PROVIDED RECORDS:
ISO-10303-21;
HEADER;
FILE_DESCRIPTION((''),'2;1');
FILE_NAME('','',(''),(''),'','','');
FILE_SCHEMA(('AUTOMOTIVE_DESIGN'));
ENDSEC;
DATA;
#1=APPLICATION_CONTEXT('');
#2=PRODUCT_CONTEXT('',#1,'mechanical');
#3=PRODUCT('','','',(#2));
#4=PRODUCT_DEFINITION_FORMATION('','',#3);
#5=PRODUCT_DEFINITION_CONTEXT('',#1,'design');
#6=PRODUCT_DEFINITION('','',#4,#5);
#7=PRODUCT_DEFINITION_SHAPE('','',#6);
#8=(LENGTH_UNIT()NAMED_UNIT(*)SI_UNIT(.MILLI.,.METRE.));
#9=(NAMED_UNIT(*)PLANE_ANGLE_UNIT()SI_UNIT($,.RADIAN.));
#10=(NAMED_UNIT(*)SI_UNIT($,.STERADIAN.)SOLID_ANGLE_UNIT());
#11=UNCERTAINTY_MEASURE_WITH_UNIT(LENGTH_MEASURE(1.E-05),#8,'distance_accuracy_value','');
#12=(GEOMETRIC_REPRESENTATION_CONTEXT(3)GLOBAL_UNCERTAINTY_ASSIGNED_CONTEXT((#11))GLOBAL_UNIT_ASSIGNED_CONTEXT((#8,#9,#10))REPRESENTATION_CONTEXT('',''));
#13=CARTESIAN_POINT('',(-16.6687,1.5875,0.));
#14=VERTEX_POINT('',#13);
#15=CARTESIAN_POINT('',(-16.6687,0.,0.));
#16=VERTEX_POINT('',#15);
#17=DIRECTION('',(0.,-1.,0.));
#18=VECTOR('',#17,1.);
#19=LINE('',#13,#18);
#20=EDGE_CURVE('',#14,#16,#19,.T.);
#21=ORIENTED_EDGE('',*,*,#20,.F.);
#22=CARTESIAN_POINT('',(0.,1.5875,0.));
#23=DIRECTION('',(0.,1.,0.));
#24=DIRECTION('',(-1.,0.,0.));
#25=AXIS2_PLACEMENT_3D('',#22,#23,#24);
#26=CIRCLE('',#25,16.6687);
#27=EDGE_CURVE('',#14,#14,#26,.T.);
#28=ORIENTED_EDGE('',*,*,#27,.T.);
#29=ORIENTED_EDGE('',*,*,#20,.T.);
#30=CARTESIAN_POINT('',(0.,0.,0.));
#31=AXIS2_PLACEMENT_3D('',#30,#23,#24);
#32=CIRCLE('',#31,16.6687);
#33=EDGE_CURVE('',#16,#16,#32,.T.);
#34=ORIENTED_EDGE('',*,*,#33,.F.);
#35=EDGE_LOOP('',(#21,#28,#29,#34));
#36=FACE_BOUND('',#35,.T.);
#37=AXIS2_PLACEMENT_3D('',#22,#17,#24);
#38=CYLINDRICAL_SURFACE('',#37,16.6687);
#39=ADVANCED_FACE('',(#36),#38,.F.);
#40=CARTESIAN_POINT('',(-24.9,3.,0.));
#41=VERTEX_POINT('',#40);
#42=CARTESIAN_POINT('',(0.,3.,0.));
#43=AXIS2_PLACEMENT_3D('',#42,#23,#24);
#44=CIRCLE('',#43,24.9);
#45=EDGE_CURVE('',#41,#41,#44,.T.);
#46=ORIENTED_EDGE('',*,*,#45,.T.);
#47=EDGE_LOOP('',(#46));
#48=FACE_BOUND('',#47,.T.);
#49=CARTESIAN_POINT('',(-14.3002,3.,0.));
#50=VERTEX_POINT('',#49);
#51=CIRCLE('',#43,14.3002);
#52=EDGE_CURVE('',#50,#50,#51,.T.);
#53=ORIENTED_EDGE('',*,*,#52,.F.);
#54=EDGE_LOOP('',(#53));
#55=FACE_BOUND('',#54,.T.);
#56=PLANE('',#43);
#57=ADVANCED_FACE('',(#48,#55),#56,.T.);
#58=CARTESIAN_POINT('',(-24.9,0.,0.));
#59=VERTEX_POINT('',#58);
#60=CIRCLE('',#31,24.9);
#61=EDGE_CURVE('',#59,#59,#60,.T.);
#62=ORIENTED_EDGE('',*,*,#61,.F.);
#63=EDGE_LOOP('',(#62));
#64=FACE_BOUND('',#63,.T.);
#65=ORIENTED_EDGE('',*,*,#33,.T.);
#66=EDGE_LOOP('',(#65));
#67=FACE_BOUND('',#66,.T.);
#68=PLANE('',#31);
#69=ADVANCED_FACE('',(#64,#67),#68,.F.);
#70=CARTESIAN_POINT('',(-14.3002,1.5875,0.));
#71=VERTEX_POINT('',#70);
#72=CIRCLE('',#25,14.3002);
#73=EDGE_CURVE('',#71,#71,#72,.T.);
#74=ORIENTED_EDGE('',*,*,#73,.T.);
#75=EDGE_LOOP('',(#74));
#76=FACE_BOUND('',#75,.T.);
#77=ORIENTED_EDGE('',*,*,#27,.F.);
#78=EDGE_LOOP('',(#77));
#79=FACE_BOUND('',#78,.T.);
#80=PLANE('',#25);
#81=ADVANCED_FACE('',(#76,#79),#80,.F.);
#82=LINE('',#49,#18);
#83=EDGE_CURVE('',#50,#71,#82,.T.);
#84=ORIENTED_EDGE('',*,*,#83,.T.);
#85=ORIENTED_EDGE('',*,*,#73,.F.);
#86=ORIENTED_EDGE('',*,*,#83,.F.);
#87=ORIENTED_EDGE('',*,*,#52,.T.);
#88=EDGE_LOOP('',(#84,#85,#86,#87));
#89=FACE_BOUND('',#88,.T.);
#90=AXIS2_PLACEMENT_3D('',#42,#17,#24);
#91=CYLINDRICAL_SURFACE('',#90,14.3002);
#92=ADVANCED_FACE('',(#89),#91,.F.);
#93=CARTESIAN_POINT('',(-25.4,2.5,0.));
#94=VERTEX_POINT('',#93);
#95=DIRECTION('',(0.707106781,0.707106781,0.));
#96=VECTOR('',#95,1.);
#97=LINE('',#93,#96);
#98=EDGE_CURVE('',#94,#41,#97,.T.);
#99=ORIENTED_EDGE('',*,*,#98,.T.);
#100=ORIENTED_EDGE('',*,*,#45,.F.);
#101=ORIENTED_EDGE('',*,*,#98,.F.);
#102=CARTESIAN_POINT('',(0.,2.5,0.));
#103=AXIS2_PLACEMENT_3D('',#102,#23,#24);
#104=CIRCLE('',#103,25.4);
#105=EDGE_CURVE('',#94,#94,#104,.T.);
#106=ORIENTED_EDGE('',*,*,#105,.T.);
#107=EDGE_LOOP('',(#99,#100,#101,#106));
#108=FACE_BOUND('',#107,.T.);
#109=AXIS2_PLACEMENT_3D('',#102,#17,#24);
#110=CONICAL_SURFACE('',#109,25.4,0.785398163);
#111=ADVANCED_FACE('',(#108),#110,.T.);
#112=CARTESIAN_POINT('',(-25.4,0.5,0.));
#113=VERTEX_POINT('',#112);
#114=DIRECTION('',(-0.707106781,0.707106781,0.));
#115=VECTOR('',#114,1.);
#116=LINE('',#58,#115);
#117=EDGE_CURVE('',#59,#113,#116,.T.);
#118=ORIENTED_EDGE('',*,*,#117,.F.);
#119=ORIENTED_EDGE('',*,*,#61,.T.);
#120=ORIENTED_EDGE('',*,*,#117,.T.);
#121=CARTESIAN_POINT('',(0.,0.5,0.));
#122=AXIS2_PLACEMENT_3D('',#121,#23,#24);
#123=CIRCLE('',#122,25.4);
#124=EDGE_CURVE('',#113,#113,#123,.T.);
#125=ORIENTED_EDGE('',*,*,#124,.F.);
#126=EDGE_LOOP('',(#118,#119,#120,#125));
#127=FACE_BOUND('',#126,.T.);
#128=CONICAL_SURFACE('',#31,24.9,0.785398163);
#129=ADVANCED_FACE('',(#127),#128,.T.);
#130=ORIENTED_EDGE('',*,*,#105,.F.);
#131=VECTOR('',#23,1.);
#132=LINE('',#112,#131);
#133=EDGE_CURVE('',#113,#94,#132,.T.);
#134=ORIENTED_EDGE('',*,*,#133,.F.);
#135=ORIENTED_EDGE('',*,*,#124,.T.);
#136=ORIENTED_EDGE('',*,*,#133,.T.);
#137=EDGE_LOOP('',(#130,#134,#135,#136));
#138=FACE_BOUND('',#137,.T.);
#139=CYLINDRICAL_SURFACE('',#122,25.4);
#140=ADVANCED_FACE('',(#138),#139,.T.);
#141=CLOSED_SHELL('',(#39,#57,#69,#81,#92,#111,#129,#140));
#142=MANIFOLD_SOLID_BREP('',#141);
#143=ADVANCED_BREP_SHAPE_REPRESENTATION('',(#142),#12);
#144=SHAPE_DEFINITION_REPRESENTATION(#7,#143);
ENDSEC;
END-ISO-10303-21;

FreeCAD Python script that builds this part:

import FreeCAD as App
import Part
import Sketcher

V = App.Vector


def add_polygon(sketch, points):
    """Adds a closed chain of lines whose ends are joined by coincident constraints."""
    first, n = sketch.GeometryCount, len(points)
    for a, b in zip(points, points[1:] + points[:1]):
        sketch.addGeometry(Part.LineSegment(App.Vector(*a, 0), App.Vector(*b, 0)), False)
    for i in range(n):
        sketch.addConstraint(Sketcher.Constraint("Coincident", first + i, 2, first + (i + 1) % n, 1))

doc = App.newDocument("Part")
body = doc.addObject("PartDesign::Body", "Body")

# Sketch on XY plane
sketch1 = body.newObject("Sketcher::SketchObject", "Sketch")
sketch1.AttachmentSupport = (doc.getObject("XY_Plane"), [""])
sketch1.MapMode = "FlatFace"
add_polygon(sketch1, [(-25.4, 0.5), (-24.9, 0), (-16.7, 0), (-16.7, 1.6), (-14.3, 1.6), (-14.3, 3), (-24.9, 3), (-25.4, 2.5)])  # lines 0-7
sketch1.addConstraint([
    Sketcher.Constraint("Horizontal", 1),
    Sketcher.Constraint("Vertical", 2),
    Sketcher.Constraint("Horizontal", 3),
    Sketcher.Constraint("Vertical", 4),
    Sketcher.Constraint("Horizontal", 5),
    Sketcher.Constraint("Vertical", 7),
    Sketcher.Constraint("PointOnObject", 0, 2, -1),
    Sketcher.Constraint("Perpendicular", 0, 6),
    Sketcher.Constraint("Vertical", 0, 2, 5, 2),
    Sketcher.Constraint("Equal", 0, 6),
    Sketcher.Constraint("DistanceY", -1, 1, 4, 2, 3.0),
    Sketcher.Constraint("DistanceY", -1, 1, 7, 2, 0.5),
    Sketcher.Constraint("DistanceX", 3, 1, 3, 2, 2.3685),
    Sketcher.Constraint("DistanceY", 2, 1, 2, 2, 1.5875),
    Sketcher.Constraint("DistanceX", 0, 2, -1, 1, 24.9),
    Sketcher.Constraint("DistanceX", 1, 1, 1, 2, 8.2313),
])
revolution = body.newObject("PartDesign::Revolution", "Revolution")
revolution.Profile = sketch1
revolution.ReferenceAxis = (sketch1, ["V_Axis"])
revolution.Angle = 360

doc.recompute()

BRIEF:
Repeat exactly the lines of the listing above, from the one with "#142=MANIFOLD_SOLID_BREP('',#141);" down to the one with "FreeCAD Python script"; both of those lines belong in the range.

SOLUTION TO THE EXERCISE:
#142=MANIFOLD_SOLID_BREP('',#141);
#143=ADVANCED_BREP_SHAPE_REPRESENTATION('',(#142),#12);
#144=SHAPE_DEFINITION_REPRESENTATION(#7,#143);
ENDSEC;
END-ISO-10303-21;

FreeCAD Python script that builds this part:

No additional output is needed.